━━━━━ Exercise material

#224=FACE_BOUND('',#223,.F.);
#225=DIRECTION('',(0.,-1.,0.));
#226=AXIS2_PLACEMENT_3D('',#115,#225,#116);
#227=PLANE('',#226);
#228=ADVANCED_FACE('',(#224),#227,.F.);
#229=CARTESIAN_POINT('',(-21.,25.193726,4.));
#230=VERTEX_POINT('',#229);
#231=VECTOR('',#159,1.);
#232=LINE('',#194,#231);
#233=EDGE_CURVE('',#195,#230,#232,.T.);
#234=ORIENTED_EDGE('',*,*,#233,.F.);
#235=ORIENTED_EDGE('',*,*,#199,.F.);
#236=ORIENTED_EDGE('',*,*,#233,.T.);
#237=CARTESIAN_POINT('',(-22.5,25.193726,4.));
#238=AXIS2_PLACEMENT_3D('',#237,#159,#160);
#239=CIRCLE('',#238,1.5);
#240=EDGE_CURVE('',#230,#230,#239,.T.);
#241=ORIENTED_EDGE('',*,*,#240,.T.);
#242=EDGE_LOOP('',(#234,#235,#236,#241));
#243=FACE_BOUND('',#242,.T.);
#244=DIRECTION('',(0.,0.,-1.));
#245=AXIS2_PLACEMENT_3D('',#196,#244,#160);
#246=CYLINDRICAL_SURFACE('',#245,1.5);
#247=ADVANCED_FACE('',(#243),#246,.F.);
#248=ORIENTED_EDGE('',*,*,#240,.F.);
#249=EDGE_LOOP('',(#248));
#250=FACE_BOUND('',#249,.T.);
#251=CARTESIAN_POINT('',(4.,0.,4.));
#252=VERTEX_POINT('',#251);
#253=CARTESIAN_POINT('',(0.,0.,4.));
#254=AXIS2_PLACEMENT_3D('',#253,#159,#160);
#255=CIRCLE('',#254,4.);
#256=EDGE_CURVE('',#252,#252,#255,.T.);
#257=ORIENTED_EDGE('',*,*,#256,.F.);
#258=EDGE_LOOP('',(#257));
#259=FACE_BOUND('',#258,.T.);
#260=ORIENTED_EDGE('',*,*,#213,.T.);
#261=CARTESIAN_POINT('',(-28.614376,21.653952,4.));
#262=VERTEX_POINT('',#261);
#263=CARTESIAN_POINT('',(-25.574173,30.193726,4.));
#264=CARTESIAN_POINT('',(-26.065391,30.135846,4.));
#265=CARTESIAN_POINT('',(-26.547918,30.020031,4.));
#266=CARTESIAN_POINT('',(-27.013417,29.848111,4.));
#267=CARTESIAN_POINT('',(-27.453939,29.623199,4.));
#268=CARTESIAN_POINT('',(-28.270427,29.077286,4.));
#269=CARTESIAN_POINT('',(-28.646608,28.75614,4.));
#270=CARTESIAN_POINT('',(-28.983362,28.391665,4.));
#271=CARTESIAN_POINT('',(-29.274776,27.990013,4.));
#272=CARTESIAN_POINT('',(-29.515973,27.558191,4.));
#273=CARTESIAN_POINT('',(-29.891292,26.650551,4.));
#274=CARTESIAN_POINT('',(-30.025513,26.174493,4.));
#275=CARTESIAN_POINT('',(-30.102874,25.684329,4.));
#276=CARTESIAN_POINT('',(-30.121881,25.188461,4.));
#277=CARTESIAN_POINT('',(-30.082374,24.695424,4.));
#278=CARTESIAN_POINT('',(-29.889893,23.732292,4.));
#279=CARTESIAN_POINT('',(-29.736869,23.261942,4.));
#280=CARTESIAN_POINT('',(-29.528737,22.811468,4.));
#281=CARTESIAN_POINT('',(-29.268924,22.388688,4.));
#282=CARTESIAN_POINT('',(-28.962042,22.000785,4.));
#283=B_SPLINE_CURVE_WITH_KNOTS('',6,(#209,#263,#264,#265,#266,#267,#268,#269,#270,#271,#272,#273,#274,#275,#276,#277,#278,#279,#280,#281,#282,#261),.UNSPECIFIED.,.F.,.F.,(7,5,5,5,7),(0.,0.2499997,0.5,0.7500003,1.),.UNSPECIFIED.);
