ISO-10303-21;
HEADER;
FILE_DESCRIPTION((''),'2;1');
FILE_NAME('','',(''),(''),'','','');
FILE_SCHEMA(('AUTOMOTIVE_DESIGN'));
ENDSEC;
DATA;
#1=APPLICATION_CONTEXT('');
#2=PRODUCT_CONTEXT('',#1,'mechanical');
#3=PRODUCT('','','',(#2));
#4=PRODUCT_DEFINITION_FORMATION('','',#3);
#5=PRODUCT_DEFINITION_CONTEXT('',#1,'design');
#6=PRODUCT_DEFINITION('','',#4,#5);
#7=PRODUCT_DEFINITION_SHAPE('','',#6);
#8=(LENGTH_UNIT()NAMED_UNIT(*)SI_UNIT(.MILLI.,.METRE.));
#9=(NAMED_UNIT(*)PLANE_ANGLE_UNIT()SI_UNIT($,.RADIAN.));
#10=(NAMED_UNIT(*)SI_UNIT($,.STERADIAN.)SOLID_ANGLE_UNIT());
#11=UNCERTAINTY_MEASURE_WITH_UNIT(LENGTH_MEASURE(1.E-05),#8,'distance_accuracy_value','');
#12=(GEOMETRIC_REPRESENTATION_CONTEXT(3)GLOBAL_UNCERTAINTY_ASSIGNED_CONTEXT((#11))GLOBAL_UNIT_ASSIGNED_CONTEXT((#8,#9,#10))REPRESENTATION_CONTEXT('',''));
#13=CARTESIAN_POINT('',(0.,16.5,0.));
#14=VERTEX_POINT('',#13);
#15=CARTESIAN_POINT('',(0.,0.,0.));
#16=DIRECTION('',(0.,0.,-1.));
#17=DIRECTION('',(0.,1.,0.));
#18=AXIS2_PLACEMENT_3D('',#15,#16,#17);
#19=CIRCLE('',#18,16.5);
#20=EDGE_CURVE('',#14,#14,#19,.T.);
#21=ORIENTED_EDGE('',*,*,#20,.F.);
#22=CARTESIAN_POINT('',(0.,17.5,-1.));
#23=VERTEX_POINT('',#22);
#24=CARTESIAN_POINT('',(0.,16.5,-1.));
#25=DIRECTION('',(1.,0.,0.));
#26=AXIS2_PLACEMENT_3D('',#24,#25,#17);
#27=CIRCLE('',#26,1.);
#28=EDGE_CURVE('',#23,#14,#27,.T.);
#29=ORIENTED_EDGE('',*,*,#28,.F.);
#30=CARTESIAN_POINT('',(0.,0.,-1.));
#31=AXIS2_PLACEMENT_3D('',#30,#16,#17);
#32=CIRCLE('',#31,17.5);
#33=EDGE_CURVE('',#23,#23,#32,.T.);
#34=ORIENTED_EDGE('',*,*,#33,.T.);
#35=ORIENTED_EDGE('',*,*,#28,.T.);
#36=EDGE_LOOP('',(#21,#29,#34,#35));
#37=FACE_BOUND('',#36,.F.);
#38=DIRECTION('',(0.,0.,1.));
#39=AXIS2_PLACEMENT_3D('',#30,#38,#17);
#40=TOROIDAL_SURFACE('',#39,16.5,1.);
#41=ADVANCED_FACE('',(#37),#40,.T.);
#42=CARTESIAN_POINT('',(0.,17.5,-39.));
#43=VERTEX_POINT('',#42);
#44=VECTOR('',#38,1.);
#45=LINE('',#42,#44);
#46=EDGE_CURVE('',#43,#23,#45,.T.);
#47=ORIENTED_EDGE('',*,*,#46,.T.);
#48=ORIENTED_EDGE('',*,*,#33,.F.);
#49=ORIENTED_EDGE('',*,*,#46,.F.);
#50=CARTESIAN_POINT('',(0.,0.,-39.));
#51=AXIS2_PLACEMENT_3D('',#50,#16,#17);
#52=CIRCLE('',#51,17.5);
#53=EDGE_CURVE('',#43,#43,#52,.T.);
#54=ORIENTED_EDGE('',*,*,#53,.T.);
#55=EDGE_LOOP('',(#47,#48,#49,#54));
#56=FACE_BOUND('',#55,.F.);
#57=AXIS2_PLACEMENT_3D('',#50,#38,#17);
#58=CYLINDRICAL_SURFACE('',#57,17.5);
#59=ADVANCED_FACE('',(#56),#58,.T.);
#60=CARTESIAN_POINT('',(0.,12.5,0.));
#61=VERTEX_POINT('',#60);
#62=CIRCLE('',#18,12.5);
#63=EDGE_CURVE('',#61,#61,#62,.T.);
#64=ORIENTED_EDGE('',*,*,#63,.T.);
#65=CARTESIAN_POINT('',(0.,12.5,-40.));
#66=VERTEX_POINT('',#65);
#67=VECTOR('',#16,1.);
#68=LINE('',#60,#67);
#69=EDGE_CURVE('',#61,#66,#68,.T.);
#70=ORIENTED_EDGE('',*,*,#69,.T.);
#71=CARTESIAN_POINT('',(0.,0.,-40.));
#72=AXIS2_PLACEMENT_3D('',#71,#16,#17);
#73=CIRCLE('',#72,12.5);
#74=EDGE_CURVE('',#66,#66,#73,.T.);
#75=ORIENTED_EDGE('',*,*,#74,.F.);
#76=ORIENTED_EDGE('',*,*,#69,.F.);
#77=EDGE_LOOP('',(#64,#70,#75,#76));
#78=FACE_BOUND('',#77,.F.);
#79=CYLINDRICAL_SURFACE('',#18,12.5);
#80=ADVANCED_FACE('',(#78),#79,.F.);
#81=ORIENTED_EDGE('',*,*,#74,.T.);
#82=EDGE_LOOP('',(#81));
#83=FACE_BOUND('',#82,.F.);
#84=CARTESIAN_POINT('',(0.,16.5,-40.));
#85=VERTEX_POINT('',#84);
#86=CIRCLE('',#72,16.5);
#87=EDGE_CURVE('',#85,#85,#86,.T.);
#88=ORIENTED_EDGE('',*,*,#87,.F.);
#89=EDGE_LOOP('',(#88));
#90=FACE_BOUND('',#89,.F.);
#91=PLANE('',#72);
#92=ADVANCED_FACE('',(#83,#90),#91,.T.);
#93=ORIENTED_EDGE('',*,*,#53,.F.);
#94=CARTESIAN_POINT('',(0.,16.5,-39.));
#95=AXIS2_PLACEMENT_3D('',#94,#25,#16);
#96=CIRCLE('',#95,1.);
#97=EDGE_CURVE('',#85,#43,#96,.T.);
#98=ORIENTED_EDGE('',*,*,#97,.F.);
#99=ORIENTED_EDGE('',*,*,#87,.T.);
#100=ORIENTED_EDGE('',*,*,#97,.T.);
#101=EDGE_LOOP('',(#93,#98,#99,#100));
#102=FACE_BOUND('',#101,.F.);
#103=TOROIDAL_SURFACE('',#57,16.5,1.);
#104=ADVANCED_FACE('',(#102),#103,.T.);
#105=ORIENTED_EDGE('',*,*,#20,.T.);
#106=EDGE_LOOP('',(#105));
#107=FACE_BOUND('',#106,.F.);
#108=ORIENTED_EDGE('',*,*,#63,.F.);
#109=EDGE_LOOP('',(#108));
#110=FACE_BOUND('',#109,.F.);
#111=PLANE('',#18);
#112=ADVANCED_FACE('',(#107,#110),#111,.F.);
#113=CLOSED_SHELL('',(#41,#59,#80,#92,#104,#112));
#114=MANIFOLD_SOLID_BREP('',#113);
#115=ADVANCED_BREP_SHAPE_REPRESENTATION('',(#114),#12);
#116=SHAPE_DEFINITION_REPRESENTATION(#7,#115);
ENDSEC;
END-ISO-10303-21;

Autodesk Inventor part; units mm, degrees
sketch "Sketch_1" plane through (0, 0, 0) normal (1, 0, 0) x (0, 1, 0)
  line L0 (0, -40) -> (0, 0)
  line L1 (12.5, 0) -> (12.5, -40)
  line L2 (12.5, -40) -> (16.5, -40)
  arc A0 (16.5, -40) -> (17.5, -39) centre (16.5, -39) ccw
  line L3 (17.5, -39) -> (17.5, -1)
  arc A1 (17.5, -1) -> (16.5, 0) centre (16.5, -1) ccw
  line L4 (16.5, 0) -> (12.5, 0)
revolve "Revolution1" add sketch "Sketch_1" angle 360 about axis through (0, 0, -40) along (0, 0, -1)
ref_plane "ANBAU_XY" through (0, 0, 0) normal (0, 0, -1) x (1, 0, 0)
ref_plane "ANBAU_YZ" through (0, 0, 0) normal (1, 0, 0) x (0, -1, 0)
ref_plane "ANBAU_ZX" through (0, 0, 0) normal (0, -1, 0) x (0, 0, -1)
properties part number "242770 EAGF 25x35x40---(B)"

━━━━━━━━━━

(Prompt) In the records above, find the line with "#242=EDGE_LOOP('',(#234,#235,#236,#241));"; write out exactly that line and each one after it, stopping after the line with "#250=FACE_BOUND('',#249,.T.);".

(Task output)
#242=EDGE_LOOP('',(#234,#235,#236,#241));
#243=FACE_BOUND('',#242,.T.);
#244=DIRECTION('',(0.,0.,-1.));
#245=AXIS2_PLACEMENT_3D('',#196,#244,#160);
#246=CYLINDRICAL_SURFACE('',#245,1.5);
#247=ADVANCED_FACE('',(#243),#246,.F.);
#248=ORIENTED_EDGE('',*,*,#240,.F.);
#249=EDGE_LOOP('',(#248));
#250=FACE_BOUND('',#249,.T.);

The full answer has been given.